My jacket came with all the details requested, including working sleeve buttons.

The only oddity was instead of a lapel button hole was a thread boutonnière holder. Like the one you often find at the back of the lapel button hole. ?? I may just remove that thread and maybe the jacket will look more custom! 

Studio Suits explanation is that most of the work is done by hand not machines. So not doing the hand work of the lapel button hole saves time/money.

The trousers fit well. They seemed a little too shiny for wool, but does wrinkle like wool. I checked and yes, it's 55% wool and 45% polyester, as stated this on their website.

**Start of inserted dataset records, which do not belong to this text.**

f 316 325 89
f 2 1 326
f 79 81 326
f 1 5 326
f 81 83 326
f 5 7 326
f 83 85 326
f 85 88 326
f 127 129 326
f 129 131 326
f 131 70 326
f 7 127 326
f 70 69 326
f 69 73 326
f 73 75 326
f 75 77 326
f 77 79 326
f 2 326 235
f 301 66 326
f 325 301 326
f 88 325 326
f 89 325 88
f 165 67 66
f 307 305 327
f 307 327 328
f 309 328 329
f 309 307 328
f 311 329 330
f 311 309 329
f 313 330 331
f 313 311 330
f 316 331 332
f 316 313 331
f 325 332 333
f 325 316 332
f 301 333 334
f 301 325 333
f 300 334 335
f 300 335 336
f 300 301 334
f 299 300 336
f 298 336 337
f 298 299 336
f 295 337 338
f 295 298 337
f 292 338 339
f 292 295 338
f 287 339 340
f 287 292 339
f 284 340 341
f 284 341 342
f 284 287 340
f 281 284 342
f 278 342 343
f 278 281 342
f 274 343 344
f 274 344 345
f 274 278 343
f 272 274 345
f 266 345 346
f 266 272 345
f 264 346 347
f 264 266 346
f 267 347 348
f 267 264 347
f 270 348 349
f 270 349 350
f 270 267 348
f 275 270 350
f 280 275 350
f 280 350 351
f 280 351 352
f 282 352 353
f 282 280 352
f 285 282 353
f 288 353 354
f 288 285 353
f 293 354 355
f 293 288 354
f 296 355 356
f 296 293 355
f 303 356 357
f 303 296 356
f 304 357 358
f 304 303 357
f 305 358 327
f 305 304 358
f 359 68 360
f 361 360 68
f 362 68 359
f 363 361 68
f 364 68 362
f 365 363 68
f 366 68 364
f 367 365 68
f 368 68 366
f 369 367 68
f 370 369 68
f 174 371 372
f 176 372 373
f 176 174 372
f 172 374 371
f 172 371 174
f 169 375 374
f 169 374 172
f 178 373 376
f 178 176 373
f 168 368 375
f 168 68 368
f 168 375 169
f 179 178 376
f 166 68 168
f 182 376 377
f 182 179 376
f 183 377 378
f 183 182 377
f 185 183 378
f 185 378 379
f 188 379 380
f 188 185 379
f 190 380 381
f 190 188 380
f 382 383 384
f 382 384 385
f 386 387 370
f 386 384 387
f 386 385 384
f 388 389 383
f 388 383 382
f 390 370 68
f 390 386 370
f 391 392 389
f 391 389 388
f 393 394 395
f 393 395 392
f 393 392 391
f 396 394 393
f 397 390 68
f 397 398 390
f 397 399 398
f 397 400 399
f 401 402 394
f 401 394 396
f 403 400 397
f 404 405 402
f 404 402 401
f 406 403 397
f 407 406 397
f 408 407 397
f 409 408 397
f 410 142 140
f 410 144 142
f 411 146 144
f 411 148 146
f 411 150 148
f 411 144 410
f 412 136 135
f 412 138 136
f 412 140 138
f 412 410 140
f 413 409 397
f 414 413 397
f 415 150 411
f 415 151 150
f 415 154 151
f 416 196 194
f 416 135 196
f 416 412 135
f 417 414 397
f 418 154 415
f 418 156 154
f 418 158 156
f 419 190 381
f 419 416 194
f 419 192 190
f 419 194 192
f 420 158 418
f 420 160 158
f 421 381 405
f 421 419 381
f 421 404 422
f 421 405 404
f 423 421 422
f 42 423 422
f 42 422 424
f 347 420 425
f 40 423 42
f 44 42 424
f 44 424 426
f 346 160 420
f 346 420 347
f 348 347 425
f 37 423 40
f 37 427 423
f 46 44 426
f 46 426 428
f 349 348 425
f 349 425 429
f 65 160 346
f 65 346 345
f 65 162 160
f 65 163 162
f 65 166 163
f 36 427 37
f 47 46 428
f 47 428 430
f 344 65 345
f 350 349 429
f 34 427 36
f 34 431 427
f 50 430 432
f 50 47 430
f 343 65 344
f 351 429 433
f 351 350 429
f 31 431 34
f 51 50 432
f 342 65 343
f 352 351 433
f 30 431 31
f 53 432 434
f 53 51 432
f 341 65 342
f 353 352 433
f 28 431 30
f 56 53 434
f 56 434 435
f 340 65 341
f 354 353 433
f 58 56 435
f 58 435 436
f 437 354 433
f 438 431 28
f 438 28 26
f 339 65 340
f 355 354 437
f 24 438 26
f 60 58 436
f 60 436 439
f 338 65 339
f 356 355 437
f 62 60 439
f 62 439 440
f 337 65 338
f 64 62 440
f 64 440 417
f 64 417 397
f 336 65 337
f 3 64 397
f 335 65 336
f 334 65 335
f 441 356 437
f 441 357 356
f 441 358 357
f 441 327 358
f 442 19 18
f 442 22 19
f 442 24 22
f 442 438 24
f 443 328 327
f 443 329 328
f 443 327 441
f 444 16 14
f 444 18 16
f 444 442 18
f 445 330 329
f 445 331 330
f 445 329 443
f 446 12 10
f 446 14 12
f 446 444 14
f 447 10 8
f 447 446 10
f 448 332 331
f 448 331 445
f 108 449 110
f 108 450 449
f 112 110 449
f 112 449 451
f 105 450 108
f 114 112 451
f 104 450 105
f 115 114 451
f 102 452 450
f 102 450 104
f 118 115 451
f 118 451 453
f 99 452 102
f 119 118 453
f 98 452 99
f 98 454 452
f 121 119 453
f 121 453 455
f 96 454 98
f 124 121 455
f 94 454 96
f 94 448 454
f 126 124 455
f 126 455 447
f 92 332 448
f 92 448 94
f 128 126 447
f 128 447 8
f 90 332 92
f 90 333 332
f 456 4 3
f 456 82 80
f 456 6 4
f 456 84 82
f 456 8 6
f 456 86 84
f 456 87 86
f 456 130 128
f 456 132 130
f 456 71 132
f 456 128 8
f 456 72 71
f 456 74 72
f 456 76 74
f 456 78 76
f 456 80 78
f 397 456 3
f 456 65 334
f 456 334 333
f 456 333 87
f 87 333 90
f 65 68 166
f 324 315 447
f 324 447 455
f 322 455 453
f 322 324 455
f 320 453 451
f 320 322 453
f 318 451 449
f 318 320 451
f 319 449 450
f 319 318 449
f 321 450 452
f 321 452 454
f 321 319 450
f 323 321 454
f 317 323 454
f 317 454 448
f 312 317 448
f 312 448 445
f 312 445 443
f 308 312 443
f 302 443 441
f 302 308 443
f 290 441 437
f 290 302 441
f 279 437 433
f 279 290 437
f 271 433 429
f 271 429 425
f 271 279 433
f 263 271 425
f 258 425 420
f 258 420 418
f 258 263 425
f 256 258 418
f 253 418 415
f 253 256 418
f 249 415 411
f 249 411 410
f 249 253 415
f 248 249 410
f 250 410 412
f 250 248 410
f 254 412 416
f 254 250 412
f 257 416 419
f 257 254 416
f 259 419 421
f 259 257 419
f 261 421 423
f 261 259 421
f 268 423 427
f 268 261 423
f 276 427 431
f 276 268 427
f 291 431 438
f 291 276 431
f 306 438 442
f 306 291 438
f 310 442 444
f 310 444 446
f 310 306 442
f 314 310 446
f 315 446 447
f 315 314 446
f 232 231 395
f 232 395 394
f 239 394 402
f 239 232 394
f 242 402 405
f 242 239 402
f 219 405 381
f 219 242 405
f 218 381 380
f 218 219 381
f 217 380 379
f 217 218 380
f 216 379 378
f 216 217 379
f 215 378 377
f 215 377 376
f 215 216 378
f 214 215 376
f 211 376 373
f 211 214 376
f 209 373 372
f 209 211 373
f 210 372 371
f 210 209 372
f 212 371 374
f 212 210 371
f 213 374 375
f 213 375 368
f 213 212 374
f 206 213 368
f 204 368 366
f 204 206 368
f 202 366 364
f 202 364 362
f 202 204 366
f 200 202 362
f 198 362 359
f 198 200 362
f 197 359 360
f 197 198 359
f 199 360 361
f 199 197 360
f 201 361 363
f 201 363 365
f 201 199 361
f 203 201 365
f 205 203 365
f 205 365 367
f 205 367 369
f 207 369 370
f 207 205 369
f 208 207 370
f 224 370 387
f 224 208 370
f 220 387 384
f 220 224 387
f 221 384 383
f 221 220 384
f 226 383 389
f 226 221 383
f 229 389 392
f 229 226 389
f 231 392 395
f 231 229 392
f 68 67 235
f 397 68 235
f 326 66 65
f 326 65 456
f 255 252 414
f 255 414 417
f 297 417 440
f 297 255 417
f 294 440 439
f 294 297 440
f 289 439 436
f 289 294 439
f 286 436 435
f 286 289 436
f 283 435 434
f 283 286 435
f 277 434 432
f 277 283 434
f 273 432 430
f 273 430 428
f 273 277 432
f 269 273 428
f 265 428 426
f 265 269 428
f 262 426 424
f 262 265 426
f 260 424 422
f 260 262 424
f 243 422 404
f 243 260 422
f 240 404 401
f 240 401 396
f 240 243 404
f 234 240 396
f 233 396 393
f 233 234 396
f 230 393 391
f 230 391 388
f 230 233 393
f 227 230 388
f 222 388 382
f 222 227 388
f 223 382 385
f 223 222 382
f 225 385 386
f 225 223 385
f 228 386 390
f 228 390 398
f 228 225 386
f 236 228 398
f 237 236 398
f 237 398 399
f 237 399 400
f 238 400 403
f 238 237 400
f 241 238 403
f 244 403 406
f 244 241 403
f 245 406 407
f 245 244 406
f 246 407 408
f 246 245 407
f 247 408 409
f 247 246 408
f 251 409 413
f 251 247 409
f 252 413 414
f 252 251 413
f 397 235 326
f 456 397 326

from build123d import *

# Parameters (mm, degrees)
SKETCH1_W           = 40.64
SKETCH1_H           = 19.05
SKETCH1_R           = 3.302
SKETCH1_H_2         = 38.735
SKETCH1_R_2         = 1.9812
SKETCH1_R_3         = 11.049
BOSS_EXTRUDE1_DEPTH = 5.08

But neither garment had any tags except the Studio Suits label! No fabric description nor cleaning instructions! ?? I thought that was a requirement!

Again I checked with on this and they said they were striving for "A world without size discrimination, no labels, something especially made for you"! That's an ambitious goal!

Over all I'm pleasantly surprised at the quality, style, and the value!


----------



## Andy (Aug 25, 2002)

Two more photos:

















Also shown my new Bespoke England G & G shoes (more later)


----------



## Salieri (Jun 18, 2009)

Ah, thanks Andy. Interesting to see someone finally giving some feedback on Studio Suits. I have to admit I'm a little tempted by them now, mainly to see just what they can do.

You've got the link wrong, though, missed out an 's'.


----------



## WouldaShoulda (Aug 5, 2009)

Andy said:


> on this and they said they were striving for "A world without size discrimination, no labels, something especially made for you"!


Thank goodness!!

My self esteem is at an all time low and every time I see a label that says "XXL" on it I just order another bucket of fried chicken!!


----------



## arkirshner (May 10, 2005)

In light of Twizz's experience reported in the initial post's link I draw the following 4 conclusions ( even though the pictures of his new shoes deserve more upscale background,conclusion 5 has been a sartorial a priori for years)


1 They are capable of good work -- Andy's Jacket

2 They are capable of atrocious work--Twizz's suit

3 They are capable of blowing off customers--refusing to do anything about Twizz's justifiable complaints

4 They are capable of responding to customers--they are now talking to Twizz

5 Andy is important-- when they realized Twizz has some relationship with Andy they changed course and may deal with Twizz's complaint


----------



## Andy (Aug 25, 2002)

Salieri said:


> Ah, thanks Andy. Interesting to see someone finally giving some feedback on Studio Suits. I have to admit I'm a little tempted by them now, mainly to see just what they can do.
> 
> You've got the link wrong, though, missed out an 's'.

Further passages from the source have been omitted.